> Stored items:
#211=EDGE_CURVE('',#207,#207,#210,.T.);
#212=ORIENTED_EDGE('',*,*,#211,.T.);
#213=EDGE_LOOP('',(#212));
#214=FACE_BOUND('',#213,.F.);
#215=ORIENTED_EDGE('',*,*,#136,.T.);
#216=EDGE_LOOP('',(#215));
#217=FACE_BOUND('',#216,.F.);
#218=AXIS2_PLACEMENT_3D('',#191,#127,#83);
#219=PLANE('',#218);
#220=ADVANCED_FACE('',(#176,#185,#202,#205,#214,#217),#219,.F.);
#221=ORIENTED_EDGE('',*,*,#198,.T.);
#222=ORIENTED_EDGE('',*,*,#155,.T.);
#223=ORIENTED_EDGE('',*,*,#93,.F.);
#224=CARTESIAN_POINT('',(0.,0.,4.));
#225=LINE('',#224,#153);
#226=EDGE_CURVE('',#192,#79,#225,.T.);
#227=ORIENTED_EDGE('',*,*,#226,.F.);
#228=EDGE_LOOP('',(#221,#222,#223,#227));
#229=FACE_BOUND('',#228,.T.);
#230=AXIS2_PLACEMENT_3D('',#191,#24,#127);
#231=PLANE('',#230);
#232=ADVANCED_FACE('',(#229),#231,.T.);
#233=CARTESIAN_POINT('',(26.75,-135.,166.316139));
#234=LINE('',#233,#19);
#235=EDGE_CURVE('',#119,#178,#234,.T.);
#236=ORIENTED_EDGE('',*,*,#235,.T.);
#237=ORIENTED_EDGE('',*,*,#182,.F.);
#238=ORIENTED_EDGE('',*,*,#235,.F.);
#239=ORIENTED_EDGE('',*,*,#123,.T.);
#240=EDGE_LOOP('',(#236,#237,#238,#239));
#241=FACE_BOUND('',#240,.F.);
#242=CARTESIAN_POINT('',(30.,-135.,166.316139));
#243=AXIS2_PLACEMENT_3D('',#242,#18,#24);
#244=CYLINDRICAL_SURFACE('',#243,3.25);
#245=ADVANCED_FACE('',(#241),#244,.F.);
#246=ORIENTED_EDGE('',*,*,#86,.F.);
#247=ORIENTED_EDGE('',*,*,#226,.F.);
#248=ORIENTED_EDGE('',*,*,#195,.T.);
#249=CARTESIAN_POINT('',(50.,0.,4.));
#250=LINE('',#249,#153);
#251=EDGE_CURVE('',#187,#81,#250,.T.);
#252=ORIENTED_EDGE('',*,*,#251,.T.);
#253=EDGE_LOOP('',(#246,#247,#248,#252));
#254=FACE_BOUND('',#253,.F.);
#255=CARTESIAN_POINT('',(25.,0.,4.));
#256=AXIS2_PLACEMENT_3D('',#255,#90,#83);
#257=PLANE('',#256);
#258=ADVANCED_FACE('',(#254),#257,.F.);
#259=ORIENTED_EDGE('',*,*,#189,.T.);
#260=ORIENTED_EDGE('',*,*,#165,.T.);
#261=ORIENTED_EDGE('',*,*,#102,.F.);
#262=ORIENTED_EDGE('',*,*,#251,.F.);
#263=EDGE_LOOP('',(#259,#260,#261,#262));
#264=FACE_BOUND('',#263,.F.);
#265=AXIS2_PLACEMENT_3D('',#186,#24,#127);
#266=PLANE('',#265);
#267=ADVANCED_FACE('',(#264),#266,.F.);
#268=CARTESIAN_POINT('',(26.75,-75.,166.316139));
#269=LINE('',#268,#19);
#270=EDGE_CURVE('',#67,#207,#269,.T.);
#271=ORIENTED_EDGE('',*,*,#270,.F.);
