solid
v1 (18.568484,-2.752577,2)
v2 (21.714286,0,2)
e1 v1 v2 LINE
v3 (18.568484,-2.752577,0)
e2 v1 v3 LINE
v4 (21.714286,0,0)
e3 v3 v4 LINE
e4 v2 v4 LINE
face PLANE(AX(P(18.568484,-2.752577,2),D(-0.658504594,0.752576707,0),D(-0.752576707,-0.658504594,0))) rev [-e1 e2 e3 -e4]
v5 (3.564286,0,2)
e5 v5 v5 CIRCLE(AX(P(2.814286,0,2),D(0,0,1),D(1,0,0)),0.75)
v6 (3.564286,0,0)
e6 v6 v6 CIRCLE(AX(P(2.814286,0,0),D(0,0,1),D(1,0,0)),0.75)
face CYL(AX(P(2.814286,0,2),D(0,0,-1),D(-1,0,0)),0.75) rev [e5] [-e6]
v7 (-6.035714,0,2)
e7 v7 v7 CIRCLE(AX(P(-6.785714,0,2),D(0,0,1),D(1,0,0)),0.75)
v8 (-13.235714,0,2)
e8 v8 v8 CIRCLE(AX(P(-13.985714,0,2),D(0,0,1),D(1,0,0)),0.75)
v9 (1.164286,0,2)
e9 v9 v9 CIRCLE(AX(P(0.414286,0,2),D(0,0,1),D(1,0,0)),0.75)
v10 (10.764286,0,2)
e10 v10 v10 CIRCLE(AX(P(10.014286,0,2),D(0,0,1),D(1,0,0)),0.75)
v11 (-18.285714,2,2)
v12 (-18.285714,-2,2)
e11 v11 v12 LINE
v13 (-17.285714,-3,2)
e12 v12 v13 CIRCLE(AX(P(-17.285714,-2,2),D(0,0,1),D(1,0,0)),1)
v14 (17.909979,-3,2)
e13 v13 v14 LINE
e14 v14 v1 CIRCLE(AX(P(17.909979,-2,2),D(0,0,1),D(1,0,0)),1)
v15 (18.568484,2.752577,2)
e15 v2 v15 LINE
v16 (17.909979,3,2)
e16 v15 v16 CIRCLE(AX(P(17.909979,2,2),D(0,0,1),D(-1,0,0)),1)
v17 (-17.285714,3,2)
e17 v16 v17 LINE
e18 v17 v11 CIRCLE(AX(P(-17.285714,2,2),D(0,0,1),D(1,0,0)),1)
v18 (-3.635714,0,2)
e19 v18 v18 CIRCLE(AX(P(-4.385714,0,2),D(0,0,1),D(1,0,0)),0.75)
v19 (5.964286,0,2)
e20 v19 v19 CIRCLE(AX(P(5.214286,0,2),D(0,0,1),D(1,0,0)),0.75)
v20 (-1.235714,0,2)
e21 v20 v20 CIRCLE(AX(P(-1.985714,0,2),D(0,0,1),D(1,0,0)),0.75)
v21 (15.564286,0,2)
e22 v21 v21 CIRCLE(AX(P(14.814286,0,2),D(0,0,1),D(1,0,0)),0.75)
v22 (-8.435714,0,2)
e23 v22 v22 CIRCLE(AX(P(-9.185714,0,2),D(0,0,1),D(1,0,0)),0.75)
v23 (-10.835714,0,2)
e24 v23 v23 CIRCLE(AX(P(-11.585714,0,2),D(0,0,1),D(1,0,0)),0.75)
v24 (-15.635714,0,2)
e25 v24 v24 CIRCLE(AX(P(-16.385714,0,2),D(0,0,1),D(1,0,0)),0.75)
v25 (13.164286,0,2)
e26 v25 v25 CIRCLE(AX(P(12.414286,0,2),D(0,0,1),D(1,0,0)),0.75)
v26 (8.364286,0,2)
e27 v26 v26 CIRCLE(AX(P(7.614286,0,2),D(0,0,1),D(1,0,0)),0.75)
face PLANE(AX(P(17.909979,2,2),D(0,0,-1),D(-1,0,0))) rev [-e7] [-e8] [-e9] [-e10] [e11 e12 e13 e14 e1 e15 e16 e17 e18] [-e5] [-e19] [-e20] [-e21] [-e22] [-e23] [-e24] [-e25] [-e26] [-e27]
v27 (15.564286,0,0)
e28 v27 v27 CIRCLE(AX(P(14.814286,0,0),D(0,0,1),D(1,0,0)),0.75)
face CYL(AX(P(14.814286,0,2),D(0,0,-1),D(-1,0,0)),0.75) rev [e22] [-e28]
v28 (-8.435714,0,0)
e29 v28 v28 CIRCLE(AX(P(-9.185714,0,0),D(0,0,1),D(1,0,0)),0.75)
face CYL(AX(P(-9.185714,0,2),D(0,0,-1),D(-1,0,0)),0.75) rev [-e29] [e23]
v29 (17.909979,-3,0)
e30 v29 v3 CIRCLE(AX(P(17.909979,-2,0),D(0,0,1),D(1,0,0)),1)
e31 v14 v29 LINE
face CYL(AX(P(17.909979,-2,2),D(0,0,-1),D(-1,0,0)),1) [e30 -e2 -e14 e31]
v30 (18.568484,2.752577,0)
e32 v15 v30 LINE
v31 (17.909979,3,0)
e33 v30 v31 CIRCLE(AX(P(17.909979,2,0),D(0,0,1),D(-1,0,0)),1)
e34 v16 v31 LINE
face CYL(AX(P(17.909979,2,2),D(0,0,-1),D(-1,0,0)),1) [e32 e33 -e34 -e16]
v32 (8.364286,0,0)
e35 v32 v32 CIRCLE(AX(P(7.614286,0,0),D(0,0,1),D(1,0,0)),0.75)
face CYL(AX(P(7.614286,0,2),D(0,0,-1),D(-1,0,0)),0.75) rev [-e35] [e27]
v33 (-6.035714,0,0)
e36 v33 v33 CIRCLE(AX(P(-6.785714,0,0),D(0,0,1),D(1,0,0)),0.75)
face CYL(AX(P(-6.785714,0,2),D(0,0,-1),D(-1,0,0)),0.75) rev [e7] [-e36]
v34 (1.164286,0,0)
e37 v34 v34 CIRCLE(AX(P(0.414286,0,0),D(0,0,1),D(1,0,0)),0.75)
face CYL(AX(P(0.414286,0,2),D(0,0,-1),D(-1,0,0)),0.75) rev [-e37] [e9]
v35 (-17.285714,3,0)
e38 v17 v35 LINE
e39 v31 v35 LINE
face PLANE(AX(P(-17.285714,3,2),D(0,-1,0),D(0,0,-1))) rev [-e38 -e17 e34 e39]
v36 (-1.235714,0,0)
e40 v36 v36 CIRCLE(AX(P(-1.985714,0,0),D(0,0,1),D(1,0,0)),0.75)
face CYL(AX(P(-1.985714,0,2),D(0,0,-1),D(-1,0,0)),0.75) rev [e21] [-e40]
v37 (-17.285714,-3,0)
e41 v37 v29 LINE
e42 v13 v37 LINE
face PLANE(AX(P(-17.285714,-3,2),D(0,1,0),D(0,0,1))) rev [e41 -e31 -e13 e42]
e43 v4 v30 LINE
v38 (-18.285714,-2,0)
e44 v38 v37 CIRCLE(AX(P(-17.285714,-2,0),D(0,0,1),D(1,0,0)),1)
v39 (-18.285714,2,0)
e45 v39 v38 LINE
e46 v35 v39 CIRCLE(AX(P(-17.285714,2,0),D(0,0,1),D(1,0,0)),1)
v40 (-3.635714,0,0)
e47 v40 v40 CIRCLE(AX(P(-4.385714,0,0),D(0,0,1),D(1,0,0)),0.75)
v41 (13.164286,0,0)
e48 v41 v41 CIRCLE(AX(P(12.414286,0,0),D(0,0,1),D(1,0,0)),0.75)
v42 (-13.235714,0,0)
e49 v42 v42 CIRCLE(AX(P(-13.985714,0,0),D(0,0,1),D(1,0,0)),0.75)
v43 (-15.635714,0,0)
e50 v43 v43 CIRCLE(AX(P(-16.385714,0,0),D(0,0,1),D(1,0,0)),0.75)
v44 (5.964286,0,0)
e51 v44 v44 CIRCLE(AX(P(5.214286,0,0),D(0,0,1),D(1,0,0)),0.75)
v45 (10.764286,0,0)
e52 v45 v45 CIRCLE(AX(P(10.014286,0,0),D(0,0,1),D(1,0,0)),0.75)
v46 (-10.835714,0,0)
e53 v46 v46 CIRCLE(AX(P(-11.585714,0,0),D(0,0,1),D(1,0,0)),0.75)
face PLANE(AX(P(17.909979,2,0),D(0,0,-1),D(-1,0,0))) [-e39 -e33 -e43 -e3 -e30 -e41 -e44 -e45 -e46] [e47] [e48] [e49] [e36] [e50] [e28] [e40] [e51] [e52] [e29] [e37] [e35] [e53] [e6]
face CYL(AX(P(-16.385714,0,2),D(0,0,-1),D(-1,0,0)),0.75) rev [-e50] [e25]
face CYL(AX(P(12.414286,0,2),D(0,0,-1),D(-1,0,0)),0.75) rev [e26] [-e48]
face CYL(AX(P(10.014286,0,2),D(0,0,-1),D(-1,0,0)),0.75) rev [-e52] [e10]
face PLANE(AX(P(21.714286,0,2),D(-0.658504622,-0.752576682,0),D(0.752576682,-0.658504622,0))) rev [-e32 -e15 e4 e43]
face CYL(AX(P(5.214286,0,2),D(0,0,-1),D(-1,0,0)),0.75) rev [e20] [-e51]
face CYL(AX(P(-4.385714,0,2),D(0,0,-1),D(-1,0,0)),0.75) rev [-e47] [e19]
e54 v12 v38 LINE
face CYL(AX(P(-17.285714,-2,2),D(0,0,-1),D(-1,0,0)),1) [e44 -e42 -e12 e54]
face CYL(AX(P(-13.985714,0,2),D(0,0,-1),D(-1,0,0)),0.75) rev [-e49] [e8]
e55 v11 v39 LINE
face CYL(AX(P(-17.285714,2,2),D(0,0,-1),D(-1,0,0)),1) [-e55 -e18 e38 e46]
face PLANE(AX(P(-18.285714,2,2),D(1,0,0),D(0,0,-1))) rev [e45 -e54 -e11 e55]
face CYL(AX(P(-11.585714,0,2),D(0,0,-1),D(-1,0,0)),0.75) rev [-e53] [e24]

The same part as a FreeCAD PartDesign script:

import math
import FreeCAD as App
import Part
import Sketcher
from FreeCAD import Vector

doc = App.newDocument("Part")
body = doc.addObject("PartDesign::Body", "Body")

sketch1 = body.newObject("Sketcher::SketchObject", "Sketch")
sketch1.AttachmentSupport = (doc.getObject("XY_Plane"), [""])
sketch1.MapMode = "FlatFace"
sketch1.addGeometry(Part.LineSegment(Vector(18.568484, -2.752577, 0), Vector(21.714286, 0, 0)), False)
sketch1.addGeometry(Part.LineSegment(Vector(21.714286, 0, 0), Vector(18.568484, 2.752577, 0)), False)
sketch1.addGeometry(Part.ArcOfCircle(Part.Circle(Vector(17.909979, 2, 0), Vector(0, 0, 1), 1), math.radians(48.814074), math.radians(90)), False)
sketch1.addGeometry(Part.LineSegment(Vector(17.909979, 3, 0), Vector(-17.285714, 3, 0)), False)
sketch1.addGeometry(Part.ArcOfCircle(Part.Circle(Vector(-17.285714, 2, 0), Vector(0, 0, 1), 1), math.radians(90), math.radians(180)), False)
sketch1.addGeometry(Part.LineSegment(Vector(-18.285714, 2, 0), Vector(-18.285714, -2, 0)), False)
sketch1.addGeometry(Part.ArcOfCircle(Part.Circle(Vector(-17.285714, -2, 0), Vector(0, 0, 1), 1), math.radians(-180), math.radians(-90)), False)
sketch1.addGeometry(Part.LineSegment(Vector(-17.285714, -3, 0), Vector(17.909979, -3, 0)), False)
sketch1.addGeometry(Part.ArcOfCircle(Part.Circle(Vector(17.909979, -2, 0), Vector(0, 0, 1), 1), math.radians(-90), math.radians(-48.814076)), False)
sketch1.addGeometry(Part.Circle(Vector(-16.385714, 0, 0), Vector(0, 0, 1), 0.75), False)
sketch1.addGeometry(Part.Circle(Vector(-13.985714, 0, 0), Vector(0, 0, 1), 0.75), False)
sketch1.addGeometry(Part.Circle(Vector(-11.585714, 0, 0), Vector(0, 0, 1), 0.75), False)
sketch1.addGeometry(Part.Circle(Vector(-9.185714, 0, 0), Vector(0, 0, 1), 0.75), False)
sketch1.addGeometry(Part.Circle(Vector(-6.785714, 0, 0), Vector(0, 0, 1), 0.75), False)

> Problem description:
From the entries above, restate word for word the lines from the line containing "v42 (-13.235714,0,0)" to the line containing "-e15 e4 e43]", both ends included, and nothing more.

> Response to this exercise:
v42 (-13.235714,0,0)
e49 v42 v42 CIRCLE(AX(P(-13.985714,0,0),D(0,0,1),D(1,0,0)),0.75)
v43 (-15.635714,0,0)
e50 v43 v43 CIRCLE(AX(P(-16.385714,0,0),D(0,0,1),D(1,0,0)),0.75)
v44 (5.964286,0,0)
e51 v44 v44 CIRCLE(AX(P(5.214286,0,0),D(0,0,1),D(1,0,0)),0.75)
v45 (10.764286,0,0)
e52 v45 v45 CIRCLE(AX(P(10.014286,0,0),D(0,0,1),D(1,0,0)),0.75)
v46 (-10.835714,0,0)
e53 v46 v46 CIRCLE(AX(P(-11.585714,0,0),D(0,0,1),D(1,0,0)),0.75)
face PLANE(AX(P(17.909979,2,0),D(0,0,-1),D(-1,0,0))) [-e39 -e33 -e43 -e3 -e30 -e41 -e44 -e45 -e46] [e47] [e48] [e49] [e36] [e50] [e28] [e40] [e51] [e52] [e29] [e37] [e35] [e53] [e6]
face CYL(AX(P(-16.385714,0,2),D(0,0,-1),D(-1,0,0)),0.75) rev [-e50] [e25]
face CYL(AX(P(12.414286,0,2),D(0,0,-1),D(-1,0,0)),0.75) rev [e26] [-e48]
face CYL(AX(P(10.014286,0,2),D(0,0,-1),D(-1,0,0)),0.75) rev [-e52] [e10]
face PLANE(AX(P(21.714286,0,2),D(-0.658504622,-0.752576682,0),D(0.752576682,-0.658504622,0))) rev [-e32 -e15 e4 e43]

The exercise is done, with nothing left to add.